The card game for enemies! Custom decks now on sale in the Gift Shop!
Blitzkrieg is like War, except it doesn’t take as long to play and it is a lot more fun because of all the special new rules. It is a multi-player game, but playing it by yourself is fun as well.
NUMERICAL VALUE OF CARDS
Ace = 1, Deuce through 10 are worth their respective numbers, Jack = 11, Queen = 12, King = 13, The Diplomat = 0.
HOW TO PLAY
Shuffle the cards and divide the deck in two. One half is given to each player. The object of the game is to take all of the cards. Each player draws a card from their deck, and the higher card wins. This is called a battle. This is repeated until all cards belong to one person. However, many battles come with special rules that make them more exciting.
RULES OF ENGAGEMENT
The rules of Blitzkrieg are the same as the rules of War, except in addition to the classic “war” scenario (the same card drawn from each deck), there are twenty new scenarios that call for special measures to be taken to decide the winner of the battle. Also, the classic “War” scenario has been revised. Each new scenario has a name. Some have the potential to win you loads of cards at once, some have the potential to render you powerless and stupid, but all of them are fun and horrible.
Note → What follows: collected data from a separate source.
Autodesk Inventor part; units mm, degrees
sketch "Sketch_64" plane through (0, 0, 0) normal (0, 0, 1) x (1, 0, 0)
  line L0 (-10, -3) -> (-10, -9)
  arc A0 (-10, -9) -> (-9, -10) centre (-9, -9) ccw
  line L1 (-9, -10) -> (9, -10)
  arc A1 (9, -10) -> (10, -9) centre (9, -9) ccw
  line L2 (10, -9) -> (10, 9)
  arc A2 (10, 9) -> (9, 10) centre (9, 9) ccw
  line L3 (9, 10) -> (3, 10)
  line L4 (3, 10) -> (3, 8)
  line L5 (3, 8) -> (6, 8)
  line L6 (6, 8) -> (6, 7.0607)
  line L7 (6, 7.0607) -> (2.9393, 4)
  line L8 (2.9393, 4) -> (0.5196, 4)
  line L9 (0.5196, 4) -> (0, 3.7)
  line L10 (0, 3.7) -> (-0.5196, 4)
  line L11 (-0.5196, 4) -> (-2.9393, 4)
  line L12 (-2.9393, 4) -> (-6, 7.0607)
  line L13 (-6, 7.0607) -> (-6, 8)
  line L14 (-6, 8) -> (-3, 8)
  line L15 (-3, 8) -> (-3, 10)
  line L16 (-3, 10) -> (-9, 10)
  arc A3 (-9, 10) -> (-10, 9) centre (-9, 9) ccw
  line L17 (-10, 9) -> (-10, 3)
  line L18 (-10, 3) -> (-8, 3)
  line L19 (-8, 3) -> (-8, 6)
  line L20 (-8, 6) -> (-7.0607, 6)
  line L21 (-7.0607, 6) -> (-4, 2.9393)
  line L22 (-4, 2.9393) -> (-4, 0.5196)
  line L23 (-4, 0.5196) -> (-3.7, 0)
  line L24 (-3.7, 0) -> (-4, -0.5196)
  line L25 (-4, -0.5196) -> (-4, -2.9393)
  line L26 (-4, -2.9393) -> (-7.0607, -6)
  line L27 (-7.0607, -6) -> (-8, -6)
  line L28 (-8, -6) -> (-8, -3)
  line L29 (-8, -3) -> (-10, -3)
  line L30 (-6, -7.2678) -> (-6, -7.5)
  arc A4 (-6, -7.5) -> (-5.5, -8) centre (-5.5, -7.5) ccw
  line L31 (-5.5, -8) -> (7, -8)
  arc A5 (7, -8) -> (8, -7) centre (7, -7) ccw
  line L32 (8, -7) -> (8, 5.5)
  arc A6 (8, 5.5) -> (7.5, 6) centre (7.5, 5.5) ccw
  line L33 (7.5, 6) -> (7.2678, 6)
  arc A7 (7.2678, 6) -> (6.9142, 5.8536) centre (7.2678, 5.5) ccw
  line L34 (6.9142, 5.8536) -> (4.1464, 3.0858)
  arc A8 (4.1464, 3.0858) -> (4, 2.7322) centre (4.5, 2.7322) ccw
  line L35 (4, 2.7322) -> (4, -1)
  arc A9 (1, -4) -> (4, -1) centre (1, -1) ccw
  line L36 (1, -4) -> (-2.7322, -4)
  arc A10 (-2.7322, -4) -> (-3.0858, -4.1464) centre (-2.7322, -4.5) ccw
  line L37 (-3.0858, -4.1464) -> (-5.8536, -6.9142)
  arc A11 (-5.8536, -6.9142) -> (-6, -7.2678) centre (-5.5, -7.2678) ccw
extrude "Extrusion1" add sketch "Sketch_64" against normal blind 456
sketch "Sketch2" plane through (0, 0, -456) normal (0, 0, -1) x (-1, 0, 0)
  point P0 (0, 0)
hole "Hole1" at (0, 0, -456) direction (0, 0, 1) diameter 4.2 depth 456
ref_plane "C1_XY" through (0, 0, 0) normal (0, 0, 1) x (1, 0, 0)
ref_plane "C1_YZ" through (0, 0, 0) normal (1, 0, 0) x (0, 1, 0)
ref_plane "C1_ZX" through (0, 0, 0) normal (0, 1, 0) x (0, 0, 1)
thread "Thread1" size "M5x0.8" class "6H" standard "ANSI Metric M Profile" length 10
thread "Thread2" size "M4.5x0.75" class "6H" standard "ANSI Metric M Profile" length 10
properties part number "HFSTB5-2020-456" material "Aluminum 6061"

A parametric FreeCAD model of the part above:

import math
import FreeCAD as App
import Part
import Sketcher
from FreeCAD import Vector
Q = App.Units.Quantity

doc = App.newDocument("Part")
body = doc.addObject("PartDesign::Body", "Body")

sketch1 = body.newObject("Sketcher::SketchObject", "Sketch")
sketch1.AttachmentSupport = (doc.getObject("XY_Plane"), [""])
sketch1.MapMode = "FlatFace"
sketch1.addGeometry([
    Part.LineSegment(Vector(-8, -3, 0), Vector(-10, -3, 0)),
    Part.LineSegment(Vector(-10, -3, 0), Vector(-10, -9, 0)),
    Part.ArcOfCircle(Part.Circle(Vector(-9, -9, 0), Vector(0, 0, 1), 1), math.radians(180), math.radians(270)),
    Part.LineSegment(Vector(-9, -10, 0), Vector(9, -10, 0)),
    Part.ArcOfCircle(Part.Circle(Vector(9, -9, 0), Vector(0, 0, 1), 1), math.radians(-90), math.radians(0)),
    Part.LineSegment(Vector(10, -9, 0), Vector(10, 9, 0)),
    Part.ArcOfCircle(Part.Circle(Vector(9, 9, 0), Vector(0, 0, 1), 1), math.radians(0), math.radians(90)),
    Part.LineSegment(Vector(9, 10, 0), Vector(3, 10, 0)),
    Part.LineSegment(Vector(3, 10, 0), Vector(3, 8, 0)),
    Part.LineSegment(Vector(3, 8, 0), Vector(6, 8, 0)),
    Part.LineSegment(Vector(6, 8, 0), Vector(6, 7.0607, 0)),
    Part.LineSegment(Vector(6, 7.0607, 0), Vector(2.9393, 4, 0)),
    Part.LineSegment(Vector(2.9393, 4, 0), Vector(0.5196, 4, 0)),
    Part.LineSegment(Vector(0.5196, 4, 0), Vector(0, 3.7, 0)),
    Part.LineSegment(Vector(0, 3.7, 0), Vector(-0.5196, 4, 0)),
    Part.LineSegment(Vector(-0.5196, 4, 0), Vector(-2.9393, 4, 0)),
    Part.LineSegment(Vector(-2.9393, 4, 0), Vector(-6, 7.0607, 0)),
    Part.LineSegment(Vector(-6, 7.0607, 0), Vector(-6, 8, 0)),
    Part.LineSegment(Vector(-6, 8, 0), Vector(-3, 8, 0)),
    Part.LineSegment(Vector(-3, 8, 0), Vector(-3, 10, 0)),
    Part.LineSegment(Vector(-3, 10, 0), Vector(-9, 10, 0)),
    Part.ArcOfCircle(Part.Circle(Vector(-9, 9, 0), Vector(0, 0, 1), 1), math.radians(90), math.radians(180)),
    Part.LineSegment(Vector(-10, 9, 0), Vector(-10, 3, 0)),
    Part.LineSegment(Vector(-10, 3, 0), Vector(-8, 3, 0)),
    Part.LineSegment(Vector(-8, 3, 0), Vector(-8, 6, 0)),
    Part.LineSegment(Vector(-8, 6, 0), Vector(-7.0607, 6, 0)),
    Part.LineSegment(Vector(-7.0607, 6, 0), Vector(-4, 2.9393, 0)),
    Part.LineSegment(Vector(-4, 2.9393, 0), Vector(-4, 0.5196, 0)),
    Part.LineSegment(Vector(-4, 0.5196, 0), Vector(-3.7, 0, 0)),
    Part.LineSegment(Vector(-3.7, 0, 0), Vector(-4, -0.5196, 0)),
    Part.LineSegment(Vector(-4, -0.5196, 0), Vector(-4, -2.9393, 0)),
    Part.LineSegment(Vector(-4, -2.9393, 0), Vector(-7.0607, -6, 0)),
    Part.LineSegment(Vector(-7.0607, -6, 0), Vector(-8, -6, 0)),
    Part.LineSegment(Vector(-8, -6, 0), Vector(-8, -3, 0)),
    Part.LineSegment(Vector(-6, -7.5, 0), Vector(-6, -7.2678, 0)),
A-Bomb • Battalion • Bloody Mary • Checkpoint Charlie • Classic War (Revised) • Cold War • Crossing The Delaware
Dogfight • Foxhole/Royal Foxhole • Friendly Fire • Guillotine • Halfsies • Helen Of Troy • Henry The Eighth
Napoleon • Peace Treaty (The Diplomat) • Royal Assassin • The Red Baron • Time Bomb • Vietnam Flashback
CLASSIC WAR (REVISED)
The same card is drawn from each deck. The cards are placed face up on the table. The winner is decided by an additional four battles, the first three of which decide which player will have advantage in the fourth.
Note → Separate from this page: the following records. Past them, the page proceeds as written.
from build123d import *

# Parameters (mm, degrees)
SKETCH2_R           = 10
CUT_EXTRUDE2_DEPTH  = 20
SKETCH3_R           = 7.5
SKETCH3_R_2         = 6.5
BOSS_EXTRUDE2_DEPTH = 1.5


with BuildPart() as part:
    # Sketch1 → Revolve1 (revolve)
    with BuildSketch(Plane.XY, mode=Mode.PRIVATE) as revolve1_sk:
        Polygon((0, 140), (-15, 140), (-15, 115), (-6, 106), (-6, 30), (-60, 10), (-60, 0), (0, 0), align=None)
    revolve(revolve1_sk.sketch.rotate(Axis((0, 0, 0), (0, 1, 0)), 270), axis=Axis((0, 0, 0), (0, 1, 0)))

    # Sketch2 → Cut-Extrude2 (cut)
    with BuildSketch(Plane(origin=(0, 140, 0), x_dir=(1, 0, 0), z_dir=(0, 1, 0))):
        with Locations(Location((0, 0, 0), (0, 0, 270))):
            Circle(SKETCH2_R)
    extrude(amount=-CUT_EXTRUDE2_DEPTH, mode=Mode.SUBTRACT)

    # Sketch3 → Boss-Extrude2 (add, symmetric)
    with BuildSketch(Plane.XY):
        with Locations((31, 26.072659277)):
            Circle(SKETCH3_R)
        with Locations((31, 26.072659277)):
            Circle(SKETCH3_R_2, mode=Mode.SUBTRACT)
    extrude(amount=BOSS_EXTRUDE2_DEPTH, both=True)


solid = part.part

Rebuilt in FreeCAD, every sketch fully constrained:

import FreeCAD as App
import Part
import Sketcher
Q = App.Units.Quantity


def add_polygon(sketch, points):
    """Adds a closed chain of lines whose ends are joined by coincident constraints."""
    first, n = sketch.GeometryCount, len(points)
    for a, b in zip(points, points[1:] + points[:1]):
        sketch.addGeometry(Part.LineSegment(App.Vector(*a, 0), App.Vector(*b, 0)), False)
    for i in range(n):
        sketch.addConstraint(Sketcher.Constraint("Coincident", first + i, 2, first + (i + 1) % n, 1))

doc = App.newDocument("Part")
params = doc.addObject("Spreadsheet::Sheet", "Params")
for row, (alias, value) in enumerate([
    ("sketch1_width", "15 mm"),
    ("sketch1_width2", "60 mm"),
    ("sketch1_height", "25 mm"),
    ("sketch1_height2", "76 mm"),
    ("sketch1_height3", "10 mm"),
    ("revolution_angle", "360 deg"),
    ("sketch2_diameter", "20 mm"),
    ("pocket1_length", "20 mm"),
    ("sketch3_diameter", "15 mm"),
    ("sketch3_diameter2", "13 mm"),
    ("pad1_length", "3 mm"),
], start=1):
    params.set(f"A{row}", alias)
    params.set(f"B{row}", "=" + value)
    params.setAlias(f"B{row}", alias)

body = doc.addObject("PartDesign::Body", "Body")

# Sketch on XY plane
sketch1 = body.newObject("Sketcher::SketchObject", "Sketch")
sketch1.AttachmentSupport = (doc.getObject("XY_Plane"), [""])
sketch1.MapMode = "FlatFace"
add_polygon(sketch1, [(0, 140), (-15, 140), (-15, 115), (-6, 106), (-6, 30), (-60, 10), (-60, 0), (0, 0)])  # lines 0-7
sketch1.addConstraint([
    Sketcher.Constraint("Horizontal", 0),
    Sketcher.Constraint("Vertical", 1),
    Sketcher.Constraint("Vertical", 3),
    Sketcher.Constraint("Vertical", 5),
    Sketcher.Constraint("Horizontal", 6),
    Sketcher.Constraint("Vertical", 7),
    Sketcher.Constraint("Coincident", 6, 2, -1, 1),
    Sketcher.Constraint("DistanceX", 0, 2, 0, 1, Q("15 mm")),
    Sketcher.Constraint("DistanceX", 6, 1, 6, 2, Q("60 mm")),
    Sketcher.Constraint("DistanceY", 1, 2, 1, 1, Q("25 mm")),
    Sketcher.Constraint("DistanceY", 3, 2, 3, 1, Q("76 mm")),
    Sketcher.Constraint("DistanceY", 5, 2, 5, 1, Q("10 mm")),
    Sketcher.Constraint("DistanceY", 7, 1, 7, 2, Q("140 mm")),
    Sketcher.Constraint("Angle", 2, Q("-45 deg")),
    Sketcher.Constraint("DistanceX", 2, 2, -1, 1, Q("6 mm")),
])
sketch1.setExpression("Constraints[15]", "Params.sketch1_width")
sketch1.setExpression("Constraints[16]", "Params.sketch1_width2")
sketch1.setExpression("Constraints[17]", "Params.sketch1_height")
sketch1.setExpression("Constraints[18]", "Params.sketch1_height2")
sketch1.setExpression("Constraints[19]", "Params.sketch1_height3")
revolution = body.newObject("PartDesign::Revolution", "Revolution")
revolution.Profile = sketch1
revolution.ReferenceAxis = (sketch1, ["V_Axis"])
revolution.setExpression("Angle", "Params.revolution_angle")

# Sketch on XZ plane
sketch2 = body.newObject("Sketcher::SketchObject", "Sketch001")
sketch2.AttachmentSupport = (doc.getObject("XZ_Plane"), [""])
sketch2.MapMode = "FlatFace"
sketch2.AttachmentOffset = App.Placement(App.Vector(0, 0, -140), App.Rotation())
sketch2.addGeometry(Part.Circle(App.Vector(0, 0, 0), App.Vector(0, 0, 1), 10), False)
sketch2.addConstraint([
    Sketcher.Constraint("Coincident", 0, 3, -1, 1),
    Sketcher.Constraint("Diameter", 0, Q("20 mm")),
])
sketch2.setExpression("Constraints[1]", "Params.sketch2_diameter")
pocket1 = body.newObject("PartDesign::Pocket", "Pocket")
pocket1.Profile = sketch2
pocket1.setExpression("Length", "Params.pocket1_length")
pocket1.Reversed = True

# Sketch on XY plane
sketch3 = body.newObject("Sketcher::SketchObject", "Sketch002")
sketch3.AttachmentSupport = (doc.getObject("XY_Plane"), [""])
sketch3.MapMode = "FlatFace"
sketch3.addGeometry([
    Part.Circle(App.Vector(31, 26.072659, 0), App.Vector(0, 0, 1), 7.5),
    Part.Circle(App.Vector(31, 26.072659, 0), App.Vector(0, 0, 1), 6.5),
], False)
sketch3.addConstraint([
    Sketcher.Constraint("Coincident", 1, 3, 0, 3),
    Sketcher.Constraint("Diameter", 0, Q("15 mm")),
    Sketcher.Constraint("Diameter", 1, Q("13 mm")),
    Sketcher.Constraint("DistanceX", -1, 1, 0, 3, Q("31 mm")),
    Sketcher.Constraint("DistanceY", -1, 1, 0, 3, Q("26.072659 mm")),
])
sketch3.setExpression("Constraints[1]", "Params.sketch3_diameter")
sketch3.setExpression("Constraints[2]", "Params.sketch3_diameter2")
pad1 = body.newObject("PartDesign::Pad", "Pad")
pad1.Profile = sketch3
pad1.setExpression("Length", "Params.pad1_length")
pad1.Midplane = True

doc.recompute()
The first three additional battles are played as independent battles, following all the new rules of battle until someone wins. Two of three wins gets advantage. (If all three of these battles are won by the same player, a fourth battle is not required.) The player with advantage now draws two cards and adds their numerical value. The opposing player now draws one card. The player with the higher total card value is the winner of the war and takes all cards.
In battle, when two numbered cards are drawn and one is exactly half the value of the other, the player who drew the lower card declares “Halfsies!” and wins the battle. They also win the top card from the opponent’s deck.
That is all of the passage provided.